The Result: A Blockbuster Success

It’s been a major success. The tests are now a core part of our release process and are used by ourselves as well as other teams. Both developers and testers are now interested in the test runs. This is especially noteworthy as developers are now actively creating new/modifying existing tests to cover our releases. Our manual testing time has been reduced for each release thanks to the confidence gain in our tests. Consequently we have some more time set aside for exploratory testing which allows us to gain more experience of our products as well as detect a good percentage of defects that would otherwise have been found by our customers (or perhaps not at all). The tests hit genuinely high pass rate levels so that when there’s a fall in the pass rate, we know there’s a real issue to investigate, whether it’s environmental or with our new features under test.

The Future….

This isn’t the end of the work to overhaul the tests. There is more we intend to do.
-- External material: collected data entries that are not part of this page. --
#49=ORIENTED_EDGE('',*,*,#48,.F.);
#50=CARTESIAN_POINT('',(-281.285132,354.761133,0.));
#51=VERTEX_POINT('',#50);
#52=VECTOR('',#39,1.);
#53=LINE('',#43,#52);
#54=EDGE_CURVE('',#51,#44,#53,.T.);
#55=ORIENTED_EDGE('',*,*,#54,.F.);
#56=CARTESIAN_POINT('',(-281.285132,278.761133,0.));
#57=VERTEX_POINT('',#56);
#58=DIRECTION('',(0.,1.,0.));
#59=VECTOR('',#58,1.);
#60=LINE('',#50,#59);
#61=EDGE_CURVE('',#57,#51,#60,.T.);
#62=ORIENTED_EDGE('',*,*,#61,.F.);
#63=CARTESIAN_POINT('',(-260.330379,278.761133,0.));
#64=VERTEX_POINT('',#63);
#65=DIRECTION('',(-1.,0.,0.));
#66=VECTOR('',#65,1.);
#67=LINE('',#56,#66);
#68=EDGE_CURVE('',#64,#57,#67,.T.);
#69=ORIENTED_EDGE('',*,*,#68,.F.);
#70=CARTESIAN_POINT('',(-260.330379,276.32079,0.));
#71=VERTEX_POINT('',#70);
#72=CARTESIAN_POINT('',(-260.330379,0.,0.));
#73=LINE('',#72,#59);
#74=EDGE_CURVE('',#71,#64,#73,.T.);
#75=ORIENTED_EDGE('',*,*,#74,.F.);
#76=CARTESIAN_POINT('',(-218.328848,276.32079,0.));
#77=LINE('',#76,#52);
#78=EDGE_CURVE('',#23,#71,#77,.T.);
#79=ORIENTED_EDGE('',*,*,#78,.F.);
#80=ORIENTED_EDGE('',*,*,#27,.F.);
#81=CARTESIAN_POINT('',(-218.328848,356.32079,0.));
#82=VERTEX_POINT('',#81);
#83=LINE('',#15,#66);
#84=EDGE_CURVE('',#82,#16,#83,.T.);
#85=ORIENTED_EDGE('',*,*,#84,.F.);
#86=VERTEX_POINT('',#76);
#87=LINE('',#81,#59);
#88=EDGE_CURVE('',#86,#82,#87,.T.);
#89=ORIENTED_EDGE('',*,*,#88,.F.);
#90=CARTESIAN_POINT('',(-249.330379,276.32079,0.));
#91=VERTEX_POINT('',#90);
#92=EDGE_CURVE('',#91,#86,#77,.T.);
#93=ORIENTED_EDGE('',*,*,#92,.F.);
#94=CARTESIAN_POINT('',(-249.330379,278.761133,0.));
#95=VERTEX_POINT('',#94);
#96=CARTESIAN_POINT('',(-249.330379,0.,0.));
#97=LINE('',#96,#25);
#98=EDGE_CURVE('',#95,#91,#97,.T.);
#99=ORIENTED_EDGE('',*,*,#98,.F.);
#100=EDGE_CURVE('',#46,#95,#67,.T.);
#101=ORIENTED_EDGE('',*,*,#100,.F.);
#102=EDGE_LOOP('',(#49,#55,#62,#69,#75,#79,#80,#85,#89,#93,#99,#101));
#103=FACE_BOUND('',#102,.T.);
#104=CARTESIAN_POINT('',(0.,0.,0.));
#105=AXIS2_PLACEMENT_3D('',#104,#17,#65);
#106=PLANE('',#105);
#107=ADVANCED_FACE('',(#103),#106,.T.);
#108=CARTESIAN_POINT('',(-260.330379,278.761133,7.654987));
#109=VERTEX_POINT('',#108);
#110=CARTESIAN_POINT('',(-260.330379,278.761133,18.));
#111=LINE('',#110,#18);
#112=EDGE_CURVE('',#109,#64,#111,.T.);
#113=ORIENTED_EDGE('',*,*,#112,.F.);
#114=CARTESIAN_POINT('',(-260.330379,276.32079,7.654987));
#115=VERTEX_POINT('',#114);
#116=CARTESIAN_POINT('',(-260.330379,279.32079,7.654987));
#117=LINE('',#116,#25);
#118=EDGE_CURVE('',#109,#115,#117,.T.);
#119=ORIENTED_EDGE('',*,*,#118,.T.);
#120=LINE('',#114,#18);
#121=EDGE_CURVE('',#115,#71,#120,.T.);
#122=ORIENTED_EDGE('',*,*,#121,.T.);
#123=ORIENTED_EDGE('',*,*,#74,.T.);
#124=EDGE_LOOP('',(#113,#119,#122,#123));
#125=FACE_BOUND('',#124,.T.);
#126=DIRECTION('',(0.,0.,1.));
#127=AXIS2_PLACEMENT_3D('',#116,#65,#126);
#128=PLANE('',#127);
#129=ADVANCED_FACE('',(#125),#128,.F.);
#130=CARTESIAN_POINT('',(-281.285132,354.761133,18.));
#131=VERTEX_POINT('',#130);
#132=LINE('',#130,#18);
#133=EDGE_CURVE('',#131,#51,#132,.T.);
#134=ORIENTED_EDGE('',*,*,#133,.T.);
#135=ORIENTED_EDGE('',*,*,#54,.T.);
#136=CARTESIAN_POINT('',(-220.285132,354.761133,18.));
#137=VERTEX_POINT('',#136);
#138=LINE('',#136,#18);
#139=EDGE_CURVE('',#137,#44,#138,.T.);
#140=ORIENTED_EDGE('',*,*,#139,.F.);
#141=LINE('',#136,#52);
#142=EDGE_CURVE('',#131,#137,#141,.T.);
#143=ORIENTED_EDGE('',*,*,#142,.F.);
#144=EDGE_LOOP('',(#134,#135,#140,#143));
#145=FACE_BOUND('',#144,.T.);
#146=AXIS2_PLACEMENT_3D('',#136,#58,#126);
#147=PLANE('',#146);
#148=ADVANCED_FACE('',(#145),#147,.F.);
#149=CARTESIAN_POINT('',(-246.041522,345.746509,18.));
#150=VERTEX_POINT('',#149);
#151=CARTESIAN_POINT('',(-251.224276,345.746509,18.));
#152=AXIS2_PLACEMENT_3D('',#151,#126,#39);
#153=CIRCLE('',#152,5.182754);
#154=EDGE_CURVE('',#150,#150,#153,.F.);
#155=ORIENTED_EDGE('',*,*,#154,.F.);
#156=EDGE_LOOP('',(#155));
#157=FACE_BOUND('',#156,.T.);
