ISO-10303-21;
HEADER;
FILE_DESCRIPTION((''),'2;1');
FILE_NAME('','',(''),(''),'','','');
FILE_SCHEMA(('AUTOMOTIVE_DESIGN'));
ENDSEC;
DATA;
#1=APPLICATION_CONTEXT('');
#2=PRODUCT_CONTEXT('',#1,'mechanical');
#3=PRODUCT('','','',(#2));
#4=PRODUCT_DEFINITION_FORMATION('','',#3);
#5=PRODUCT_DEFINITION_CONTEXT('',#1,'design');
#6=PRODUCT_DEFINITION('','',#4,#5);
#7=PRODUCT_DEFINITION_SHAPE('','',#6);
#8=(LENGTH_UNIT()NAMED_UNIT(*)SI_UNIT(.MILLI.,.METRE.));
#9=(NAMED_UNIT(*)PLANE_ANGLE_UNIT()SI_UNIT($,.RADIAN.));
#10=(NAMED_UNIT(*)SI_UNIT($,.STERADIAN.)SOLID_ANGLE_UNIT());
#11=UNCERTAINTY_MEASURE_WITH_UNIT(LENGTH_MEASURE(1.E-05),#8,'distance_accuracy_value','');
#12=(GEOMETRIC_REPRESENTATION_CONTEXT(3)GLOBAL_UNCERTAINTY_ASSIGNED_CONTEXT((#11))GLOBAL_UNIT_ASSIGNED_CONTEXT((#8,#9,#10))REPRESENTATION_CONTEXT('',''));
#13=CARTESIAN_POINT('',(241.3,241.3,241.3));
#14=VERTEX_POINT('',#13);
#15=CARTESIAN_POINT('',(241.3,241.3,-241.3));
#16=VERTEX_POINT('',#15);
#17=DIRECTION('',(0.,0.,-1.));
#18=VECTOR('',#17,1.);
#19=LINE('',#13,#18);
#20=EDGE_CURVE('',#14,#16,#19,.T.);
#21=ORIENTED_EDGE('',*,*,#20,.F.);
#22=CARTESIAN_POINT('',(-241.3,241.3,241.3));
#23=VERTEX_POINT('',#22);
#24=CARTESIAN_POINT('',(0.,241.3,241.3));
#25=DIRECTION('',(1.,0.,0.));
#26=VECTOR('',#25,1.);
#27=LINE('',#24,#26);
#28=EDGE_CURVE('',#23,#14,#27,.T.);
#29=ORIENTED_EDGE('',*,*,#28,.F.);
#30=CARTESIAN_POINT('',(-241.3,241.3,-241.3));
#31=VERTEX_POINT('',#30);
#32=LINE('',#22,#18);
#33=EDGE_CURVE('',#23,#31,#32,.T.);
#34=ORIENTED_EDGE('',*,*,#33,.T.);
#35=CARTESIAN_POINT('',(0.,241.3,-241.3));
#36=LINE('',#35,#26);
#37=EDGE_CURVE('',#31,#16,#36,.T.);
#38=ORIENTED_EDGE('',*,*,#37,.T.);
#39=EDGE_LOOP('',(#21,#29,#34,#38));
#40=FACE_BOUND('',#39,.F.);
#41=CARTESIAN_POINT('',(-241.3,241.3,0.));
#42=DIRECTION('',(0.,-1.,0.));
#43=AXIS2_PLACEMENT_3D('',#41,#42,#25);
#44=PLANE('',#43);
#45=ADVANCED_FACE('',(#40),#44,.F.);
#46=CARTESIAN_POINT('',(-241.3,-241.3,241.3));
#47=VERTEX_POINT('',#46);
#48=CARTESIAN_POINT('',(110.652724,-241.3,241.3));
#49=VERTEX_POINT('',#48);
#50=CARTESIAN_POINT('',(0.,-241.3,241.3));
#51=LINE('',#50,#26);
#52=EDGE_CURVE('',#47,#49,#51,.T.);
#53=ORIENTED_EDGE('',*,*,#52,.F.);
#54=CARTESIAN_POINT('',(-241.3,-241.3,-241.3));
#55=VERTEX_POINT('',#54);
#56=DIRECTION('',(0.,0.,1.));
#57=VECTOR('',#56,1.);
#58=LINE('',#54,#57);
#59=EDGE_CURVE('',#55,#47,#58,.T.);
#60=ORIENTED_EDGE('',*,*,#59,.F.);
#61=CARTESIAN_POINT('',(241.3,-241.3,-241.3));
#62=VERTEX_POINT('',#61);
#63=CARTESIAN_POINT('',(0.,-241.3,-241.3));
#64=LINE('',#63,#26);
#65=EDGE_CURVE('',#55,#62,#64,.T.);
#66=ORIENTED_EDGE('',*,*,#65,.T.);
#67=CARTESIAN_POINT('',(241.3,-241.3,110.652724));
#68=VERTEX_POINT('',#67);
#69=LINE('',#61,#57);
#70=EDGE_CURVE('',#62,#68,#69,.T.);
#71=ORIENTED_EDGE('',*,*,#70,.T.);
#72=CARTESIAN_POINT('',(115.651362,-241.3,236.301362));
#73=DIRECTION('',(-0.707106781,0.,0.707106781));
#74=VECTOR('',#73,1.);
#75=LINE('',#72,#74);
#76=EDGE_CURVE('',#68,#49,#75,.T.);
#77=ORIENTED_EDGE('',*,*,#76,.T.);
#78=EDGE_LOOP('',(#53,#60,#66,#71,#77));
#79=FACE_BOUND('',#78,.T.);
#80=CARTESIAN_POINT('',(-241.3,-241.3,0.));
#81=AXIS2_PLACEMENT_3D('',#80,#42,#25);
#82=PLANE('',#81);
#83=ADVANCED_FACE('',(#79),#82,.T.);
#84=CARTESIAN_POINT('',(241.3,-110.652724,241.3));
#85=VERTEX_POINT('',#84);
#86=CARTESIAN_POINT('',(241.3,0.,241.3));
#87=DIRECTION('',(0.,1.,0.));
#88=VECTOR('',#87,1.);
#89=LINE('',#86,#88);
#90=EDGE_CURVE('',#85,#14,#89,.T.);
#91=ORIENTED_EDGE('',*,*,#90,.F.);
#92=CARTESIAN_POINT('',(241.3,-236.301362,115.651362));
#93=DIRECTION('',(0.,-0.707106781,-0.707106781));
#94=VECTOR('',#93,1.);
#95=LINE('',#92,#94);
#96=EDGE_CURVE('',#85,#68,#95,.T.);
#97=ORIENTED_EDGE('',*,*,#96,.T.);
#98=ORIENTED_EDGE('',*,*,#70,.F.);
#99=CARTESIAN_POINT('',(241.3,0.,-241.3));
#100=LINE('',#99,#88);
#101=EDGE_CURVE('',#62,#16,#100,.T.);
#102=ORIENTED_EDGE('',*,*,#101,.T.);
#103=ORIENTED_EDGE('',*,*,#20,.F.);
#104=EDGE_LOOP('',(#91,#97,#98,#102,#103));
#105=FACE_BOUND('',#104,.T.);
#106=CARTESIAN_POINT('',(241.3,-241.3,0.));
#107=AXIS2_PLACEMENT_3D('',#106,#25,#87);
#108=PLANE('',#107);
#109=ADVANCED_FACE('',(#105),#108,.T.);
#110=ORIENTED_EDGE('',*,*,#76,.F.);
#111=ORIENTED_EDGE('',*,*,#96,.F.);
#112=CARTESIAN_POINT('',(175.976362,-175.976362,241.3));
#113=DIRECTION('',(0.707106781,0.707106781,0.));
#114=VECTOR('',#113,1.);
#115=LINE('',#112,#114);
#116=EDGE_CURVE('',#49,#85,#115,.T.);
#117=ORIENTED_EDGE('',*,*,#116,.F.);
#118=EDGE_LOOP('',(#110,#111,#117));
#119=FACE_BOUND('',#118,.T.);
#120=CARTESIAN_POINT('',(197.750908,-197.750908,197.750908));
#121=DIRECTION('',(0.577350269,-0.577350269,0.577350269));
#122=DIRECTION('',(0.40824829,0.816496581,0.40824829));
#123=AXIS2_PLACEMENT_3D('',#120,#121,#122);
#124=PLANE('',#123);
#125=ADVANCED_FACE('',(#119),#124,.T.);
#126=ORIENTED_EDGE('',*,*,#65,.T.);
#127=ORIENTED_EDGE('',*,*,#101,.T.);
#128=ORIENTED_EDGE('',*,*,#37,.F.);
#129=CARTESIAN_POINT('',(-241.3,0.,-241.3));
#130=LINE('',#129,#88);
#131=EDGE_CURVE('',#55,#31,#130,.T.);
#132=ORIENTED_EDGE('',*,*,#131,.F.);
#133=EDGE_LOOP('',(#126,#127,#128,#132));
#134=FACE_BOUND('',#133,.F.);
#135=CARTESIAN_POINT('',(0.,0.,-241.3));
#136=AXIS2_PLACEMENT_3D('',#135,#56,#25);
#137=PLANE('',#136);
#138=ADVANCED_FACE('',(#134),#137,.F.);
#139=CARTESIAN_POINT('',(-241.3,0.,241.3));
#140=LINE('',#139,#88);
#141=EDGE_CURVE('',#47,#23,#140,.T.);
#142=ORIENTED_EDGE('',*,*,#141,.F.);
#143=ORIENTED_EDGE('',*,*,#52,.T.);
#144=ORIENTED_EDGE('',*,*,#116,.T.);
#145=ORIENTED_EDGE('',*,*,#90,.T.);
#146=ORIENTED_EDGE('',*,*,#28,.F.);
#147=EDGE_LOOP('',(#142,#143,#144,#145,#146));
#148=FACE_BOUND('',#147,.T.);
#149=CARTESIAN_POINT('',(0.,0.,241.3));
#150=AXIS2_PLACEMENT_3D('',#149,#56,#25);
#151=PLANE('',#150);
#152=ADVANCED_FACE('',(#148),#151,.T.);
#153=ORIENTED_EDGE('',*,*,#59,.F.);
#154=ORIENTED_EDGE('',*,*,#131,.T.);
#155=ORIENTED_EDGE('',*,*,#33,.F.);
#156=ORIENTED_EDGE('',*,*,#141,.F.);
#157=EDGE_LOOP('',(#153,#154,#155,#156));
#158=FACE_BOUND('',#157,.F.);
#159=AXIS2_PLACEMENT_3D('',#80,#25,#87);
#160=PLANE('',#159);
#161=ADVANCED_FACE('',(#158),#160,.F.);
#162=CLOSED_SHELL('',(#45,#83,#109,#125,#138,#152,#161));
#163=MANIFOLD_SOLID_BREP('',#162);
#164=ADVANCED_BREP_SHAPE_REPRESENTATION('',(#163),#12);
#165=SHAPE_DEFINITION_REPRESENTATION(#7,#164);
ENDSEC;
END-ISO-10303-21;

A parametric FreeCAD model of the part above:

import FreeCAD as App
import Part
import Sketcher
Q = App.Units.Quantity


def add_polygon(sketch, points):
    """Adds a closed chain of lines whose ends are joined by coincident constraints."""
    first, n = sketch.GeometryCount, len(points)
    for a, b in zip(points, points[1:] + points[:1]):
        sketch.addGeometry(Part.LineSegment(App.Vector(*a, 0), App.Vector(*b, 0)), False)
    for i in range(n):
        sketch.addConstraint(Sketcher.Constraint("Coincident", first + i, 2, first + (i + 1) % n, 1))

doc = App.newDocument("Part")
body = doc.addObject("PartDesign::Body", "Body")

# Sketch on XY plane
sketch1 = doc.addObject("Sketcher::SketchObject", "Sketch")
body.addObject(sketch1)
sketch1.AttachmentSupport = (doc.XY_Plane, [""])
sketch1.MapMode = "FlatFace"
add_polygon(sketch1, [(-241.3, 241.3), (-241.3, -241.3), (241.3, -241.3), (241.3, 241.3)])  # lines 0-3
sketch1.addConstraint(Sketcher.Constraint("Vertical", 0))
sketch1.addConstraint(Sketcher.Constraint("Horizontal", 1))
sketch1.addConstraint(Sketcher.Constraint("Vertical", 2))
sketch1.addConstraint(Sketcher.Constraint("Horizontal", 3))
sketch1.addConstraint(Sketcher.Constraint("Symmetric", 0, 2, 2, 2, -1, 1))
sketch1.addConstraint(Sketcher.Constraint("Equal", 3, 0))
sketch1.addConstraint(Sketcher.Constraint("DistanceX", 1, 1, 1, 2, Q("19 in")))
pad1 = doc.addObject("PartDesign::Pad", "Pad")
body.addObject(pad1)
pad1.Profile = sketch1
pad1.Length = Q("19 in")
pad1.Midplane = True

# Sketch on an angled plane
sketch2 = doc.addObject("Sketcher::SketchObject", "Sketch001")
body.addObject(sketch2)
sketch2.Placement = App.Placement(App.Vector(197.750908, -197.750908, 197.750908), App.Rotation(App.Vector(0.40824829, 0.816496581, 0.40824829), App.Vector(-0.707106781, 0, 0.707106781), App.Vector(0.577350269, -0.577350269, 0.577350269), "ZXY"))
add_polygon(sketch2, [(394.04125, 0), (-197.020625, 341.249732), (-197.020625, -341.249732)])  # lines 0-2
sketch2.addConstraint(Sketcher.Constraint("Vertical", 1))
sketch2.addConstraint(Sketcher.Constraint("PointOnObject", 2, 2, -1))
sketch2.addConstraint(Sketcher.Constraint("Equal", 0, 2))
sketch2.addConstraint(Sketcher.Constraint("Angle", 0, Q("150 deg")))
sketch2.addConstraint(Sketcher.Constraint("DistanceY", 1, 2, 1, 1, Q("682.499464 mm")))
sketch2.addConstraint(Sketcher.Constraint("DistanceX", -1, 1, 2, 2, Q("394.04125 mm")))
pocket1 = doc.addObject("PartDesign::Pocket", "Pocket")
body.addObject(pocket1)
pocket1.Profile = sketch2
pocket1.Length = Q("3 in")
pocket1.Reversed = True

doc.recompute()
  • We are planning to extend the number of test jobs in Jenkins further by adding new jobs for health checks and test suites covering other site components
  • Test Data Generation
    • Currently, many of the tests have a setup section where they generate testing articles using our CMS solution. In the lower environments this can prove problematic if the CMS is being patched or has some other form of outage, as this prevents the tests from running. The tests are thus dependent on this connectivity being up.
    • The solution will be to utilise a component that exists between our front end web application and the “back end” CMS which means our dependence on the CMS is reduced (but not removed)
  • Move to selenium webdriver
    • The current framework used by the tests is Selenium Remote Control (RC). It’s a legacy product and is deprecated.
    • Selenium RC works by injecting JavaScript into the actual page being tested. Effectively you are changing the product being tested – which is something we should be avoiding as we don’t know what state the page could be in.
    • Selenium Webdriver is the current framework that is in wide use in the web testing industry. We need to move across to this but the process may be relatively long as it’s a significantly different API than the previous product.